◆ **Your goal**: Return every line of the listing, exactly as it reads.

◆ **Supplied records**:

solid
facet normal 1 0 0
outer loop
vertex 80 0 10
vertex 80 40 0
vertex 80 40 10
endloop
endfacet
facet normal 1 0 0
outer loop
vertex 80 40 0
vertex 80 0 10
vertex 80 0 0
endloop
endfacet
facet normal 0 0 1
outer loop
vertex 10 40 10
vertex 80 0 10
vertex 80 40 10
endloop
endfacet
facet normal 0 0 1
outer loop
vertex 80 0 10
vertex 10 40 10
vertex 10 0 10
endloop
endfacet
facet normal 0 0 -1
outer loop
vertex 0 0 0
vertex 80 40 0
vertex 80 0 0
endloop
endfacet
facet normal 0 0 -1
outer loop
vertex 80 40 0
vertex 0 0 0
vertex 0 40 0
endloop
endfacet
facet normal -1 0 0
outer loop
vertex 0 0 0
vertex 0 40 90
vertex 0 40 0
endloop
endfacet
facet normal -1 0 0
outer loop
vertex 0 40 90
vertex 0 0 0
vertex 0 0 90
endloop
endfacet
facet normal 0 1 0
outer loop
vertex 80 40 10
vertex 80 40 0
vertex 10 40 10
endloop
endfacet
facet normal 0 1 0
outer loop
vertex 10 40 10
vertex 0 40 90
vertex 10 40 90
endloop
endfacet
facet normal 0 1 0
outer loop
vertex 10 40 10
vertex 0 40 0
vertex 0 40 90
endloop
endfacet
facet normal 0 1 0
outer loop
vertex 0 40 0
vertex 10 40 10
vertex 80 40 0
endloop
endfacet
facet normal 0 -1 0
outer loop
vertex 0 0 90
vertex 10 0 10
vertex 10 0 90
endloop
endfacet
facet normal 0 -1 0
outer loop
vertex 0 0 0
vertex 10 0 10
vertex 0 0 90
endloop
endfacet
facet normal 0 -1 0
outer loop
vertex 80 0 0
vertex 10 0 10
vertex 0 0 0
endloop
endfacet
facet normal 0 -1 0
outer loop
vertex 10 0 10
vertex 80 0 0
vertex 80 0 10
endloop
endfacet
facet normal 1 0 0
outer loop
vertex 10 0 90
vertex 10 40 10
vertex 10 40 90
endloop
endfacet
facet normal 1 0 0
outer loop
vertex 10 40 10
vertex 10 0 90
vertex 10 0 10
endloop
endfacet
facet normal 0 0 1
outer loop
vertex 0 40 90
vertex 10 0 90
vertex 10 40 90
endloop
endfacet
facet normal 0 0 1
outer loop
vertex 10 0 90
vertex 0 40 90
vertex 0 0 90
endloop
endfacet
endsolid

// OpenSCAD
$fn = 64;
// L-bracket: base 80x40x10, wall 10x40x80 on top at x=0..10.
// Right-angle reentrant corner at (x=10, z=10); bottom is the ground contact face.
union() {
  cube([80, 40, 10]);
  translate([0, 0, 10]) cube([10, 40, 80]);
}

◆ **Answer to this problem**:
solid
facet normal 1 0 0
outer loop
vertex 80 0 10
vertex 80 40 0
vertex 80 40 10
endloop
endfacet
facet normal 1 0 0
outer loop
vertex 80 40 0
vertex 80 0 10
vertex 80 0 0
endloop
endfacet
facet normal 0 0 1
outer loop
vertex 10 40 10
vertex 80 0 10
vertex 80 40 10
endloop
endfacet
facet normal 0 0 1
outer loop
vertex 80 0 10
vertex 10 40 10
vertex 10 0 10
endloop
endfacet
facet normal 0 0 -1
outer loop
vertex 0 0 0
vertex 80 40 0
vertex 80 0 0
endloop
endfacet
facet normal 0 0 -1
outer loop
vertex 80 40 0
vertex 0 0 0
vertex 0 40 0
endloop
endfacet
facet normal -1 0 0
outer loop
vertex 0 0 0
vertex 0 40 90
vertex 0 40 0
endloop
endfacet
facet normal -1 0 0
outer loop
vertex 0 40 90
vertex 0 0 0
vertex 0 0 90
endloop
endfacet
facet normal 0 1 0
outer loop
vertex 80 40 10
vertex 80 40 0
vertex 10 40 10
endloop
endfacet
facet normal 0 1 0
outer loop
vertex 10 40 10
vertex 0 40 90
vertex 10 40 90
endloop
endfacet
facet normal 0 1 0
outer loop
vertex 10 40 10
vertex 0 40 0
vertex 0 40 90
endloop
endfacet
facet normal 0 1 0
outer loop
vertex 0 40 0
vertex 10 40 10
vertex 80 40 0
endloop
endfacet
facet normal 0 -1 0
outer loop
vertex 0 0 90
vertex 10 0 10
vertex 10 0 90
endloop
endfacet
facet normal 0 -1 0
outer loop
vertex 0 0 0
vertex 10 0 10
vertex 0 0 90
endloop
endfacet
facet normal 0 -1 0
outer loop
vertex 80 0 0
vertex 10 0 10
vertex 0 0 0
endloop
endfacet
facet normal 0 -1 0
outer loop
vertex 10 0 10
vertex 80 0 0
vertex 80 0 10
endloop
endfacet
facet normal 1 0 0
outer loop
vertex 10 0 90
vertex 10 40 10
vertex 10 40 90
endloop
endfacet
facet normal 1 0 0
outer loop
vertex 10 40 10
vertex 10 0 90
vertex 10 0 10
endloop
endfacet
facet normal 0 0 1
outer loop
vertex 0 40 90
vertex 10 0 90
vertex 10 40 90
endloop
endfacet
facet normal 0 0 1
outer loop
vertex 10 0 90
vertex 0 40 90
vertex 0 0 90
endloop
endfacet
endsolid

// OpenSCAD
$fn = 64;
// L-bracket: base 80x40x10, wall 10x40x80 on top at x=0..10.
// Right-angle reentrant corner at (x=10, z=10); bottom is the ground contact face.
union() {
  cube([80, 40, 10]);
  translate([0, 0, 10]) cube([10, 40, 80]);
}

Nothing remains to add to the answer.